Pair-copula decomposition constructions for multivariate hydrological drought frequency analysis

Abstract

Pair-copula is a new method for higher dimensional copulas construction. Based on the principle of pair-copula decomposition, An example of applying the copula to multivariate hydrological drought frequency was given. Monthly average flow data from Zhuang tou gauging station in Weihe Basin, China, was used to illustrate these methods. Chi-square test, Kolmogorov-Smirnov test, Cramer-von Mises statistic, Anderson-Darling statistic, modified weighted Watson statistic, and Liao and Shimokawa statistic were employed to test goodness-of-fit for these univariate distribution.
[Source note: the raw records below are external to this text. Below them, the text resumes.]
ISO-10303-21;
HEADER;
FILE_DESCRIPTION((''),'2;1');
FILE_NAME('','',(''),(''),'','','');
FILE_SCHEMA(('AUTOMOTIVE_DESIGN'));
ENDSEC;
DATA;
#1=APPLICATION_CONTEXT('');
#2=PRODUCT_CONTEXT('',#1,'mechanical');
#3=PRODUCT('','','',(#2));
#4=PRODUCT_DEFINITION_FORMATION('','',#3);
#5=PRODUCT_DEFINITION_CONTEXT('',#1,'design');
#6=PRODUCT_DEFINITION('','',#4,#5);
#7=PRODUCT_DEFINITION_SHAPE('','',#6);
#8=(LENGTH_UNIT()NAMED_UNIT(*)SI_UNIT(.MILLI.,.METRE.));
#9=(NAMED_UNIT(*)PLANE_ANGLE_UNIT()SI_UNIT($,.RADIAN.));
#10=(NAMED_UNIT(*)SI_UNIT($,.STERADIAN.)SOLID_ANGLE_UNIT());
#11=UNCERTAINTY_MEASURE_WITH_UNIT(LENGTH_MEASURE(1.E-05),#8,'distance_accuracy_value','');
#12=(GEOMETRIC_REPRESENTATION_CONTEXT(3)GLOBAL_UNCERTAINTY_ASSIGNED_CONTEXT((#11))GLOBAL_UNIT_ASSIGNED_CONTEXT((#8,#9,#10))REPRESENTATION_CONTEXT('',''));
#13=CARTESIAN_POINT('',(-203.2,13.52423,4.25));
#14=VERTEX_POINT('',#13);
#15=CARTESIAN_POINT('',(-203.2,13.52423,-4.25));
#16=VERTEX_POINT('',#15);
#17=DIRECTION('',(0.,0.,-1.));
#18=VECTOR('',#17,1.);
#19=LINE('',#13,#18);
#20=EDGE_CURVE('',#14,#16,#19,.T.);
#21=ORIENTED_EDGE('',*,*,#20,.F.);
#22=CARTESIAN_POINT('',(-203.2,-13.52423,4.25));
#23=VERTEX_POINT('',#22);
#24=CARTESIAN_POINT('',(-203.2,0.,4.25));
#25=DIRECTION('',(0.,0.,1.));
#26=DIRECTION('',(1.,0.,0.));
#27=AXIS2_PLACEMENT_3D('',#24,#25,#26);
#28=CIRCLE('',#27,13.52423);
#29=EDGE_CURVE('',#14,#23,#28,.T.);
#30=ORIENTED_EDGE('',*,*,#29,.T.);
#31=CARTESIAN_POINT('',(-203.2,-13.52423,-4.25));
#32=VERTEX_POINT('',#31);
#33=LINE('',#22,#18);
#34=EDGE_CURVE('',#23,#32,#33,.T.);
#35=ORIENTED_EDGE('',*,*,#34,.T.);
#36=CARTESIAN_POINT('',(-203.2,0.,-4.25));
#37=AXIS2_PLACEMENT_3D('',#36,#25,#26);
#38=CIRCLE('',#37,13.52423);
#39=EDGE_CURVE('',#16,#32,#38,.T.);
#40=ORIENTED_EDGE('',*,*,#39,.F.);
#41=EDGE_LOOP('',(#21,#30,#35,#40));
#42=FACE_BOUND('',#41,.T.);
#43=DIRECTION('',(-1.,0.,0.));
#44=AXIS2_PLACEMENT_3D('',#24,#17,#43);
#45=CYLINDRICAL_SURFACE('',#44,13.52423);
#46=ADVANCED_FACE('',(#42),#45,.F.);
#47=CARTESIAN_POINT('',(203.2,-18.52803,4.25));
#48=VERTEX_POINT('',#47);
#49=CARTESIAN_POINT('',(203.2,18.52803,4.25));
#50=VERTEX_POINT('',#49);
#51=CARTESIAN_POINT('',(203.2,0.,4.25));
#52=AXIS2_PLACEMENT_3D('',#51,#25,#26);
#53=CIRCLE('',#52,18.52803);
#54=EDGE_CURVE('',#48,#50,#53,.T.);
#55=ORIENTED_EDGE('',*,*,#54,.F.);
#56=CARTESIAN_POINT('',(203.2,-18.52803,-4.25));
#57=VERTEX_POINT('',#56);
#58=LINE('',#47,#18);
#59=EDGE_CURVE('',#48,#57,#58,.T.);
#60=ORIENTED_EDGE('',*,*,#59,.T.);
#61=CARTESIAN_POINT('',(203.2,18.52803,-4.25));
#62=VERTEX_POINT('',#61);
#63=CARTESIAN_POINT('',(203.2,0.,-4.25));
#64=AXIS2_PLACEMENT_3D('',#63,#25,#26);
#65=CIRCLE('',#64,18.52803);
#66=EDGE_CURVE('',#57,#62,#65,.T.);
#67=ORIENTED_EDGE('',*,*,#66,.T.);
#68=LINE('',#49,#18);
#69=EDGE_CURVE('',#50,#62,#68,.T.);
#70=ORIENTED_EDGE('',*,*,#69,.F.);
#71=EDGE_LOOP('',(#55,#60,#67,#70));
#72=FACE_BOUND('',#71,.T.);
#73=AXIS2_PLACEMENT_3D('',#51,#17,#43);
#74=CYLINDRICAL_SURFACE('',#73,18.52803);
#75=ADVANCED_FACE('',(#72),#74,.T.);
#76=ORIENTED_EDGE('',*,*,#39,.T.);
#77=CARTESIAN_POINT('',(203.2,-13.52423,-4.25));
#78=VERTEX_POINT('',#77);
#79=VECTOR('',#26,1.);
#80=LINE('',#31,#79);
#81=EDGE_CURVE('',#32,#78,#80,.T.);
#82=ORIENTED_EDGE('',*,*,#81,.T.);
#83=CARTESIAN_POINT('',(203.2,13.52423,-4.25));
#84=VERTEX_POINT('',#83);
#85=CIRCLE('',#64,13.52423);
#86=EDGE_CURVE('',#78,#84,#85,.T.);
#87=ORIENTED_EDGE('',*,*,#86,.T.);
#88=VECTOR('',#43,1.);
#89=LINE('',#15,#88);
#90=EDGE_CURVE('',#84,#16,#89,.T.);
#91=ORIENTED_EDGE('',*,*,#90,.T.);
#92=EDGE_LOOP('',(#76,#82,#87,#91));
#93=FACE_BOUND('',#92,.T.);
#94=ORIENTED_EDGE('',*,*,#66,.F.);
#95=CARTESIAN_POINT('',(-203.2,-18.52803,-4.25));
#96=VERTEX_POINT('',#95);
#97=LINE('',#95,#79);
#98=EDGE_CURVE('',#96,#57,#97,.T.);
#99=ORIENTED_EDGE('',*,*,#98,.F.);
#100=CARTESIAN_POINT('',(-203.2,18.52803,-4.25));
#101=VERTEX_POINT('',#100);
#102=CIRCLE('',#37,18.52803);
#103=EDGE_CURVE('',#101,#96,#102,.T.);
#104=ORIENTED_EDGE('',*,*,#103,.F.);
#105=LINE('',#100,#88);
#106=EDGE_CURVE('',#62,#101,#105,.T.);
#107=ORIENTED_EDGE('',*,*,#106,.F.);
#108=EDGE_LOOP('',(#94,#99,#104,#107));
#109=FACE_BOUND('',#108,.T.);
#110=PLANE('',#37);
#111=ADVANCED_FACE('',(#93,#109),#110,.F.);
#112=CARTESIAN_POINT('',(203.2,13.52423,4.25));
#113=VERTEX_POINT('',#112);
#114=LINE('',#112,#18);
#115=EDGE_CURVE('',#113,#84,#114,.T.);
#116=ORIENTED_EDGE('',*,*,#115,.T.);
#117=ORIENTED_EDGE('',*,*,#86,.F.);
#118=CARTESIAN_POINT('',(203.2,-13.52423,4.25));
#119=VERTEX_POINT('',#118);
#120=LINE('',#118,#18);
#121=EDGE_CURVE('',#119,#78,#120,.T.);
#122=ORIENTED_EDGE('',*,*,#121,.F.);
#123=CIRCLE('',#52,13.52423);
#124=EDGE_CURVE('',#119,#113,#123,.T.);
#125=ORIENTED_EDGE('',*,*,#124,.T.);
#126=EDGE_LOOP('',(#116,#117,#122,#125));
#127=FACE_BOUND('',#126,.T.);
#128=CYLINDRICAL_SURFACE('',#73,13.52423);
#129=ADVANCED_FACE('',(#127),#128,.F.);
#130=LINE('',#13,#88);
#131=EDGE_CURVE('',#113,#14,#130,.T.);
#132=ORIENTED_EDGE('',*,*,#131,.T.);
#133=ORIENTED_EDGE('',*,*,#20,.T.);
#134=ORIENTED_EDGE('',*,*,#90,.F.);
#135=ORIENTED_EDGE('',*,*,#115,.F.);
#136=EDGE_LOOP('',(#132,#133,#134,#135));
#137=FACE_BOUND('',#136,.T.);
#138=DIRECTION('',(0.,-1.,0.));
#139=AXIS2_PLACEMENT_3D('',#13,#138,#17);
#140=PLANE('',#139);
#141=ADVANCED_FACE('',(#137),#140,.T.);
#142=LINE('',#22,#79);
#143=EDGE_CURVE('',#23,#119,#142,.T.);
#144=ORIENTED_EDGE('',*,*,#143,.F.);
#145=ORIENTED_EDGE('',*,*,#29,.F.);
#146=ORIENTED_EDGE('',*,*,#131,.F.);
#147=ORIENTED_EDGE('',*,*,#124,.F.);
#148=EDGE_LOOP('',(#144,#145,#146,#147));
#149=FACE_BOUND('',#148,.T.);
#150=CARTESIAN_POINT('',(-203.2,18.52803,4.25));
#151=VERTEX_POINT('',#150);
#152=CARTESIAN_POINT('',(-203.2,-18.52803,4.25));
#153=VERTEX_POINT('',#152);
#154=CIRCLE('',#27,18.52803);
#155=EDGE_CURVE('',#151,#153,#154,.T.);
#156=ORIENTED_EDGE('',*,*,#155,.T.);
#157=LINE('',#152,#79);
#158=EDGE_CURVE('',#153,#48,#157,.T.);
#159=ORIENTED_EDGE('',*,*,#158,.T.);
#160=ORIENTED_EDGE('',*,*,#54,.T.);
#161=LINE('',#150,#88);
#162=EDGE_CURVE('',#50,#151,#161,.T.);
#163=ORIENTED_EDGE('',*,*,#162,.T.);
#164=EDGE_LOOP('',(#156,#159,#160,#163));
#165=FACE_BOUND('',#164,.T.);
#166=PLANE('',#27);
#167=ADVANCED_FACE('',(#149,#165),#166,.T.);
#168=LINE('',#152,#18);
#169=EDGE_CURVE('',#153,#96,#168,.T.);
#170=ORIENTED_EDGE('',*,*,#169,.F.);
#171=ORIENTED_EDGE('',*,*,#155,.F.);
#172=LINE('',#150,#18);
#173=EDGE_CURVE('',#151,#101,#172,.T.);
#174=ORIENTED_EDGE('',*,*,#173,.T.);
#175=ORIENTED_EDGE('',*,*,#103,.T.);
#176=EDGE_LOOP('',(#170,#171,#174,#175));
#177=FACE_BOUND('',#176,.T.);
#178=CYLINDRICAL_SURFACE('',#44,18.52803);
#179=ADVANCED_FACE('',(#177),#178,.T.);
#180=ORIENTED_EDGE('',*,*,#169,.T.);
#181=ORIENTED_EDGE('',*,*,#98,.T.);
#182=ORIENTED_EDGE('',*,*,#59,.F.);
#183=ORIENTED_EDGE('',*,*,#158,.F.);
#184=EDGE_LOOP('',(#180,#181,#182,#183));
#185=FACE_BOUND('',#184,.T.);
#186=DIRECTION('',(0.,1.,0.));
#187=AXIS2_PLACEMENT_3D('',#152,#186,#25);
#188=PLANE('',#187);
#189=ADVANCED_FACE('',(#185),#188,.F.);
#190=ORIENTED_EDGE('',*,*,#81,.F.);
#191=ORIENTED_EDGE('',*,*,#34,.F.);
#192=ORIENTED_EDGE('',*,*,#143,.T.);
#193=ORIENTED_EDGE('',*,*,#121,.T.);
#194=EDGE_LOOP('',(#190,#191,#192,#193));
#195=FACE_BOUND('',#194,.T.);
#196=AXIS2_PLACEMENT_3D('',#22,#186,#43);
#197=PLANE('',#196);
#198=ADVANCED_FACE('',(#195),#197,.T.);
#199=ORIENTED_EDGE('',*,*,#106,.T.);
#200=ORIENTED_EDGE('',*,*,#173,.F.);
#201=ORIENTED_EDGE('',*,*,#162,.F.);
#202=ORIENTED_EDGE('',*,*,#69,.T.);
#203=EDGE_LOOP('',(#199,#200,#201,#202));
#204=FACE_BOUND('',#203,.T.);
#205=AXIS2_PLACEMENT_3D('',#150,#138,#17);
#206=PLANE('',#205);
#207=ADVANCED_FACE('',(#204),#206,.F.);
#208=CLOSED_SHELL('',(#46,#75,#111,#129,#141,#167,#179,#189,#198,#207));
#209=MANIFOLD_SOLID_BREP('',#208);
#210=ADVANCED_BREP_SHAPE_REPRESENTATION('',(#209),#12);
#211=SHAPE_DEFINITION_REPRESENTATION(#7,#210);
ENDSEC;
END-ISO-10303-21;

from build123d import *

# Parameters (mm, degrees)
BOSS_EXTRUDE1_DEPTH = 4.25


with BuildPart() as part:
    # Sketch1 → Boss-Extrude1 (new, symmetric)
    with BuildSketch(Plane.XY):
        with BuildLine():
            Line((-203.2, 18.52803), (203.2, 18.52803))
            ThreePointArc((203.2, 18.52803), (221.72803, 0), (203.2, -18.52803))
            Line((203.2, -18.52803), (-203.2, -18.52803))
            ThreePointArc((-203.2, -18.52803), (-221.72803, 0), (-203.2, 18.52803))
        make_face()
        with BuildLine():
            Line((-203.2, 13.52423), (203.2, 13.52423))
            ThreePointArc((203.2, 13.52423), (216.72423, 0), (203.2, -13.52423))
            Line((203.2, -13.52423), (-203.2, -13.52423))
            ThreePointArc((-203.2, -13.52423), (-216.72423, 0), (-203.2, 13.52423))
        make_face(mode=Mode.SUBTRACT)
    extrude(amount=BOSS_EXTRUDE1_DEPTH, both=True)


solid = part.part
Pearson's classical correlation coefficient rn, Spearman's ρn, Kendall's τ, Chi-Plots, and K-Plots were used to assess the dependence of drought variables. According to three different permuting ways of drought variables, twelve copulas were used to model the joint probability distributions. A three dimensional probability distribution formula was derived. Based on the Root Mean Square Error (RMSE), the Akaike Information Criterion (AIC) and Bayesian Information Criterial (BIC), the best fitting copula was selected. A bootstrap version based on Rosenblatt's transformation was employed to test the goodness-of-fit of the copula. Comparing with 12 copulas, the Frank copula under D-V-P structure has the best fitting for joint probability distribution of hydrological drought distribution. The results indicated pair-copula decomposition is a feasible way to model multivariate frequency analysis.